* **Task**: In the entries that follow, the lines from the one with "e40 v33 v34 LINE" through the one with "v40 (-3.96875,15.890915,-222.25)" are the ones to write out, exactly and with both ends included. Nothing else should appear.

****************

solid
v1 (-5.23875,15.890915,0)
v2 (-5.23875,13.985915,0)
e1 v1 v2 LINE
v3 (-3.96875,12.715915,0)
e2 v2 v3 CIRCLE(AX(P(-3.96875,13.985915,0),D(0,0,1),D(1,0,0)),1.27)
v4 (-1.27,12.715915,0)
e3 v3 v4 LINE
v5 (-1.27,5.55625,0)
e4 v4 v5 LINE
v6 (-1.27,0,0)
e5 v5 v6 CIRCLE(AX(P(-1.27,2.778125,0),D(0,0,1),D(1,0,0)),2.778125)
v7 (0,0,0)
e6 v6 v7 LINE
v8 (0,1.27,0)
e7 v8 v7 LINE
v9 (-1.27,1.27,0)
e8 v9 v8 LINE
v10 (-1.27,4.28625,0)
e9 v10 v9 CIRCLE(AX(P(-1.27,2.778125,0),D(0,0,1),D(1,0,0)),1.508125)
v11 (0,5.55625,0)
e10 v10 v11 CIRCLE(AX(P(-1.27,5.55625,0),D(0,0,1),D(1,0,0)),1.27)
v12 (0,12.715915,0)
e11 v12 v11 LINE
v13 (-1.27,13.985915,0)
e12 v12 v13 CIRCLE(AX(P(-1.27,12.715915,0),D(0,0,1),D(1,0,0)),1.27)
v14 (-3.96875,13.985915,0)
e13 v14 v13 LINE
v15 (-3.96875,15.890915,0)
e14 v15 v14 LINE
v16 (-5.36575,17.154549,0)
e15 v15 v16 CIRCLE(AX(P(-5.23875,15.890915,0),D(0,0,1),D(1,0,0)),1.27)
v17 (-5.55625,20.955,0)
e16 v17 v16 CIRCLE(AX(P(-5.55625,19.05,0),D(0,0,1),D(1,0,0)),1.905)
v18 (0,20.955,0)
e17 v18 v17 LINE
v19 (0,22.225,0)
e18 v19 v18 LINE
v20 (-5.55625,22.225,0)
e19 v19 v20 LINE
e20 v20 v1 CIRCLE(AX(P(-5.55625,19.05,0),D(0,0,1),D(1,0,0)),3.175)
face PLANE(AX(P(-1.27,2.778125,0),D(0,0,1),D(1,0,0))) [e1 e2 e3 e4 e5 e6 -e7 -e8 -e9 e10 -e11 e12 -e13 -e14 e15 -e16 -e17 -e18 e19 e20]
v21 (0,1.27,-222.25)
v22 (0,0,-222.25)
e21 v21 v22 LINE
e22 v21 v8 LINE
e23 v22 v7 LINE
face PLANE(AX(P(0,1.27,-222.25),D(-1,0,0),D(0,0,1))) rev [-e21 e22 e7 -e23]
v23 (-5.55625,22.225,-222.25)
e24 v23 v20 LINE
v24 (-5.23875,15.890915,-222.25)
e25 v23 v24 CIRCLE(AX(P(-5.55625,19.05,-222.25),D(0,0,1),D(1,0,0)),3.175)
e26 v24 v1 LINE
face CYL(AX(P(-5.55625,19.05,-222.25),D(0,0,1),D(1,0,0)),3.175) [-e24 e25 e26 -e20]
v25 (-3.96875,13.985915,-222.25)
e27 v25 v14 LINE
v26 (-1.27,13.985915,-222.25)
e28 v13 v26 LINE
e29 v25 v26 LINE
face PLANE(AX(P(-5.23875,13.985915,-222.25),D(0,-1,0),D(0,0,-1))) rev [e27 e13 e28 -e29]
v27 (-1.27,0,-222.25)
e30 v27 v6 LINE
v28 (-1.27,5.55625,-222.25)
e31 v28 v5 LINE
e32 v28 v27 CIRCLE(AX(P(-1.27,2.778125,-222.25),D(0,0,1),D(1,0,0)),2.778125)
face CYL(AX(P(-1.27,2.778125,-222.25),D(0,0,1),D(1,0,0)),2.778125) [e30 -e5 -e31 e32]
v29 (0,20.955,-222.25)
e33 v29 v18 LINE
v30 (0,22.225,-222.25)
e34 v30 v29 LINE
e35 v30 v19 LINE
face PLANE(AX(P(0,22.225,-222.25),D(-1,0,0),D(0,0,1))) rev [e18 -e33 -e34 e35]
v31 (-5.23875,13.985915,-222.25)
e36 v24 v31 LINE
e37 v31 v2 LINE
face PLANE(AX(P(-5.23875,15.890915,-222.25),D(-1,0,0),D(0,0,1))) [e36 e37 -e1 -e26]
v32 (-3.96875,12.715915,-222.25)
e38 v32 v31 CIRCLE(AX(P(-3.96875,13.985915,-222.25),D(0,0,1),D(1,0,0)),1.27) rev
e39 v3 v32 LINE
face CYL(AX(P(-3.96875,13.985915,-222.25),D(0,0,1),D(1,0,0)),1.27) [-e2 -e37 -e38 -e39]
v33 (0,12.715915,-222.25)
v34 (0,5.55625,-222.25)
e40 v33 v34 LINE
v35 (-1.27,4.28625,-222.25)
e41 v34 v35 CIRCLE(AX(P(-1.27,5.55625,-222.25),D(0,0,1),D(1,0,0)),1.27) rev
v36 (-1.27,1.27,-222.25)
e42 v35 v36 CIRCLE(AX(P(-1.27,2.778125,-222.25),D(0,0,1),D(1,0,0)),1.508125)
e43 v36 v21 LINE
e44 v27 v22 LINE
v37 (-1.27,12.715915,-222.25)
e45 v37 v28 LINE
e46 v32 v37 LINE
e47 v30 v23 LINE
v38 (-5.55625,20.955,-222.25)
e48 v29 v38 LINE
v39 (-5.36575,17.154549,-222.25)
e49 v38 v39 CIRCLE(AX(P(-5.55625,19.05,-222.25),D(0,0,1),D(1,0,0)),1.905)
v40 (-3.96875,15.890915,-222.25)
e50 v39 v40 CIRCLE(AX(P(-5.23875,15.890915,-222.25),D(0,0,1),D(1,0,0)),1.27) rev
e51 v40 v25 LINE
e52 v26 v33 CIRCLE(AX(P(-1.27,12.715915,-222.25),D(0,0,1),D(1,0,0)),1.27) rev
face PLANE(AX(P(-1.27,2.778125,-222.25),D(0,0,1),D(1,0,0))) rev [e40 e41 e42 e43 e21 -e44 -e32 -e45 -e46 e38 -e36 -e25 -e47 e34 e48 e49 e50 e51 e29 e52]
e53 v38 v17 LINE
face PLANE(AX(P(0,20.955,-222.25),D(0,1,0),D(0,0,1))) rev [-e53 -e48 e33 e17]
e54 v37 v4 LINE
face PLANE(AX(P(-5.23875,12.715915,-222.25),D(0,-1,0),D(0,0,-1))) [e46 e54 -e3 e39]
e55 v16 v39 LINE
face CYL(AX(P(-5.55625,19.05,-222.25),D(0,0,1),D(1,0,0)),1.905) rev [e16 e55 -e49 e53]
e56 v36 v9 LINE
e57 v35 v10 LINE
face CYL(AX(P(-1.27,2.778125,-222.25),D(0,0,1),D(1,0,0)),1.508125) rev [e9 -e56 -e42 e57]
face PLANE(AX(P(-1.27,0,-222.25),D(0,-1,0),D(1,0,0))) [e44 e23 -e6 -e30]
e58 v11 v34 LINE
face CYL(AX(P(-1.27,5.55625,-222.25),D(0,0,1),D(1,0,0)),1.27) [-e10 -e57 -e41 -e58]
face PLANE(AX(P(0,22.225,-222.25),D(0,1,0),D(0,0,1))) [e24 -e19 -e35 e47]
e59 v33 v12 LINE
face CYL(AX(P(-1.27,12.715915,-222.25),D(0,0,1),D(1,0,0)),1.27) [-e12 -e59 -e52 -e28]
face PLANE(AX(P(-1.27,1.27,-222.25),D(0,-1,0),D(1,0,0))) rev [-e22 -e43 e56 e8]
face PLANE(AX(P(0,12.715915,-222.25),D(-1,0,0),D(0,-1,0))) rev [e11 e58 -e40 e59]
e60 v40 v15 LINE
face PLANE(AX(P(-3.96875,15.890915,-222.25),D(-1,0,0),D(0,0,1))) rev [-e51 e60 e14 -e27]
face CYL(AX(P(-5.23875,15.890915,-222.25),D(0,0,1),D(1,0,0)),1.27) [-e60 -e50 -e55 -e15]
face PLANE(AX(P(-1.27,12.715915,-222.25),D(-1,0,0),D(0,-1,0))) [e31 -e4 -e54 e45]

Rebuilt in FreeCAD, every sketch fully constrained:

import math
import FreeCAD as App
import Part
import Sketcher
from FreeCAD import Vector
Q = App.Units.Quantity


def edges_at(feature, points):
    """Names of the edges that pass closest to the given points."""
    edges = feature.Shape.Edges
    near = lambda p: min(range(len(edges)), key=lambda i: edges[i].distToShape(Part.Vertex(*p))[0])
    return sorted({f"Edge{near(p) + 1}" for p in points})

doc = App.newDocument("Part")
params = doc.addObject("Spreadsheet::Sheet", "Params")
for row, (alias, value) in enumerate([
    ("sketch1_radius", "0.125 in"),
    ("sketch1_radius2", "0.109375 in"),
    ("sketch1_radius3", "0.075 in"),
    ("sketch1_width", "0.21875 in"),
    ("sketch1_width2", "0.15625 in"),
    ("pad1_length", "8.75 in"),
    ("fillet_radius", "0.05 in"),
], start=1):
    params.set(f"A{row}", alias)
    params.set(f"B{row}", "=" + value)
    params.setAlias(f"B{row}", alias)

body = doc.addObject("PartDesign::Body", "Body")

# Sketch on XY plane
sketch1 = body.newObject("Sketcher::SketchObject", "Sketch")
sketch1.AttachmentSupport = (doc.getObject("XY_Plane"), [""])
sketch1.MapMode = "FlatFace"
sketch1.addGeometry([
    Part.LineSegment(Vector(0, 22.2, 0), Vector(-5.6, 22.2, 0)),  # 0
    Part.ArcOfCircle(Part.Circle(Vector(-5.6, 19.1, 0), Vector(0, 0, 1), 3.2), math.radians(90), math.radians(276)),  # 1
    Part.LineSegment(Vector(-5.2, 15.9, 0), Vector(-5.2, 12.7, 0)),  # 2
    Part.LineSegment(Vector(-5.2, 12.7, 0), Vector(-1.3, 12.7, 0)),  # 3
    Part.LineSegment(Vector(-1.3, 12.7, 0), Vector(-1.3, 5.6, 0)),  # 4
    Part.ArcOfCircle(Part.Circle(Vector(-1.3, 2.8, 0), Vector(0, 0, 1), 2.8), math.radians(90), math.radians(270)),  # 5
    Part.LineSegment(Vector(-1.3, 0, 0), Vector(0, 0, 0)),  # 6
    Part.LineSegment(Vector(0, 0, 0), Vector(0, 1.3, 0)),  # 7
    Part.LineSegment(Vector(0, 1.3, 0), Vector(-1.3, 1.3, 0)),  # 8
    Part.ArcOfCircle(Part.Circle(Vector(-1.3, 2.8, 0), Vector(0, 0, 1), 1.5), math.radians(33), math.radians(270)),  # 9
    Part.LineSegment(Vector(0, 3.6, 0), Vector(0, 14, 0)),  # 10
    Part.LineSegment(Vector(0, 14, 0), Vector(-4, 14, 0)),  # 11
    Part.LineSegment(Vector(-4, 14, 0), Vector(-4, 18, 0)),  # 12
    Part.ArcOfCircle(Part.Circle(Vector(-5.6, 19.1, 0), Vector(0, 0, 1), 1.9), math.radians(90), math.radians(326)),  # 13
    Part.LineSegment(Vector(-5.6, 21, 0), Vector(0, 21, 0)),  # 14
    Part.LineSegment(Vector(0, 21, 0), Vector(0, 22.2, 0)),  # 15
], False)
sketch1.addConstraint([
    Sketcher.Constraint("Tangent", 0, 2, 1, 1),
    Sketcher.Constraint("Coincident", 1, 2, 2, 1),
    Sketcher.Constraint("Coincident", 2, 2, 3, 1),
    Sketcher.Constraint("Coincident", 3, 2, 4, 1),
    Sketcher.Constraint("Coincident", 4, 2, 5, 1),
    Sketcher.Constraint("Tangent", 5, 2, 6, 1),
    Sketcher.Constraint("Coincident", 6, 2, 7, 1),
    Sketcher.Constraint("Coincident", 7, 2, 8, 1),
    Sketcher.Constraint("Tangent", 8, 2, 9, 2),
    Sketcher.Constraint("Coincident", 9, 1, 10, 1),
    Sketcher.Constraint("Coincident", 10, 2, 11, 1),
    Sketcher.Constraint("Coincident", 11, 2, 12, 1),
    Sketcher.Constraint("Coincident", 12, 2, 13, 2),
    Sketcher.Constraint("Tangent", 13, 1, 14, 1),
    Sketcher.Constraint("Coincident", 14, 2, 15, 1),
    Sketcher.Constraint("Coincident", 15, 2, 0, 1),
    Sketcher.Constraint("Horizontal", 0),
    Sketcher.Constraint("Vertical", 2),
    Sketcher.Constraint("Horizontal", 3),
    Sketcher.Constraint("Vertical", 4),
    Sketcher.Constraint("Horizontal", 6),
    Sketcher.Constraint("Vertical", 7),
    Sketcher.Constraint("Horizontal", 8),
    Sketcher.Constraint("Vertical", 10),
    Sketcher.Constraint("Horizontal", 11),
    Sketcher.Constraint("Vertical", 12),
    Sketcher.Constraint("Horizontal", 14),
    Sketcher.Constraint("Vertical", 15),
    Sketcher.Constraint("Coincident", 6, 2, -1, 1),
    Sketcher.Constraint("Coincident", 9, 3, 5, 3),
    Sketcher.Constraint("Coincident", 13, 3, 1, 3),
    Sketcher.Constraint("PointOnObject", 9, 1, -2),
    Sketcher.Constraint("PointOnObject", 14, 2, -2),
    Sketcher.Constraint("Vertical", 9, 3, 3, 2),
    Sketcher.Constraint("Equal", 3, 11),
    Sketcher.Constraint("Equal", 8, 7),
    Sketcher.Constraint("Equal", 7, 15),
    Sketcher.Constraint("Radius", 1, Q("0.125 in")),
    Sketcher.Constraint("Radius", 5, Q("0.109375 in")),
    Sketcher.Constraint("Radius", 13, Q("0.075 in")),
    Sketcher.Constraint("DistanceX", 0, 2, 0, 1, Q("0.21875 in")),
    Sketcher.Constraint("DistanceX", 3, 1, 3, 2, Q("0.15625 in")),
    Sketcher.Constraint("DistanceY", 2, 2, 2, 1, Q("0.125 in")),
    Sketcher.Constraint("DistanceY", -1, 1, 1, 3, Q("0.75 in")),
    Sketcher.Constraint("DistanceY", 3, 2, 10, 2, Q("0.05 in")),
])
sketch1.setExpression("Constraints[37]", "Params.sketch1_radius")
sketch1.setExpression("Constraints[38]", "Params.sketch1_radius2")
sketch1.setExpression("Constraints[39]", "Params.sketch1_radius3")
sketch1.setExpression("Constraints[40]", "Params.sketch1_width")
sketch1.setExpression("Constraints[41]", "Params.sketch1_width2")
pad1 = body.newObject("PartDesign::Pad", "Pad")
pad1.Profile = sketch1
pad1.setExpression("Length", "Params.pad1_length")
pad1.Reversed = True
doc.recompute()

fillet = body.newObject("PartDesign::Fillet", "Fillet")
fillet.Base = (pad1, edges_at(pad1, [
    (-5.239, 12.716, -111.125),
    (-3.969, 17.997, -111.125),
    (0, 13.986, -111.125),
    (0, 3.591, -111.125),
]))
fillet.setExpression("Radius", "Params.fillet_radius")

doc.recompute()
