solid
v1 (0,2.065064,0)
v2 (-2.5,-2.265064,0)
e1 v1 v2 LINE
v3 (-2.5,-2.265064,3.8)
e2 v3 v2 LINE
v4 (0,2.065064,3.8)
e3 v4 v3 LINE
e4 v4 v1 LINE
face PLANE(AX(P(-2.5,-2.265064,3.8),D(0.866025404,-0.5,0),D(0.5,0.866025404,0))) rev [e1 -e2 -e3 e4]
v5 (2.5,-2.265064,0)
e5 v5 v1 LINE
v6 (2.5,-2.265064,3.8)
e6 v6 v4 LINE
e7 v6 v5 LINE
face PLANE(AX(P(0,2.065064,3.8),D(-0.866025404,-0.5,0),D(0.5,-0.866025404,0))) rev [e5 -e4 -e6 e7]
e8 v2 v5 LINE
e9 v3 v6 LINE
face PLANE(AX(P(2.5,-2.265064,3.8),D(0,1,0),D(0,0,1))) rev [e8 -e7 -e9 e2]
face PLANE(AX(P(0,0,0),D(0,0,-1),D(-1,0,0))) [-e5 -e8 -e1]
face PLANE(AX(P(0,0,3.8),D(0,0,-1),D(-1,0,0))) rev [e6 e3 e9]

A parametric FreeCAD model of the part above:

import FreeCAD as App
import Part
import Sketcher
from FreeCAD import Vector
Q = App.Units.Quantity


def add_polygon(sketch, points):
    """Adds a closed chain of lines whose ends are joined by coincident constraints."""
    first, n = sketch.GeometryCount, len(points)
    for a, b in zip(points, points[1:] + points[:1]):
        sketch.addGeometry(Part.LineSegment(App.Vector(*a, 0), App.Vector(*b, 0)), False)
    for i in range(n):
        sketch.addConstraint(Sketcher.Constraint("Coincident", first + i, 2, first + (i + 1) % n, 1))

doc = App.newDocument("Part")
body = doc.addObject("PartDesign::Body", "Body")

# Sketch on XY plane
sketch1 = doc.addObject("Sketcher::SketchObject", "Sketch")
body.addObject(sketch1)
sketch1.AttachmentSupport = (doc.XY_Plane, [""])
sketch1.MapMode = "FlatFace"
add_polygon(sketch1, [(0, 2.065064), (-2.5, -2.265064), (2.5, -2.265064)])  # lines 0-2
sketch1.addConstraint([
    Sketcher.Constraint("Horizontal", 1),
    Sketcher.Constraint("PointOnObject", 2, 2, -2),
    Sketcher.Constraint("Equal", 0, 2),
    Sketcher.Constraint("DistanceX", 1, 1, 1, 2, 5.0),
    Sketcher.Constraint("Angle", 0, Q("-120 deg")),
    Sketcher.Constraint("DistanceY", 0, 2, -1, 1, 2.265064),
])
pad1 = doc.addObject("PartDesign::Pad", "Pad")
body.addObject(pad1)
pad1.Profile = sketch1
pad1.Length = 3.8

doc.recompute()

****************

* **Task response**:
e40 v33 v34 LINE
v35 (-1.27,4.28625,-222.25)
e41 v34 v35 CIRCLE(AX(P(-1.27,5.55625,-222.25),D(0,0,1),D(1,0,0)),1.27) rev
v36 (-1.27,1.27,-222.25)
e42 v35 v36 CIRCLE(AX(P(-1.27,2.778125,-222.25),D(0,0,1),D(1,0,0)),1.508125)
e43 v36 v21 LINE
e44 v27 v22 LINE
v37 (-1.27,12.715915,-222.25)
e45 v37 v28 LINE
e46 v32 v37 LINE
e47 v30 v23 LINE
v38 (-5.55625,20.955,-222.25)
e48 v29 v38 LINE
v39 (-5.36575,17.154549,-222.25)
e49 v38 v39 CIRCLE(AX(P(-5.55625,19.05,-222.25),D(0,0,1),D(1,0,0)),1.905)
v40 (-3.96875,15.890915,-222.25)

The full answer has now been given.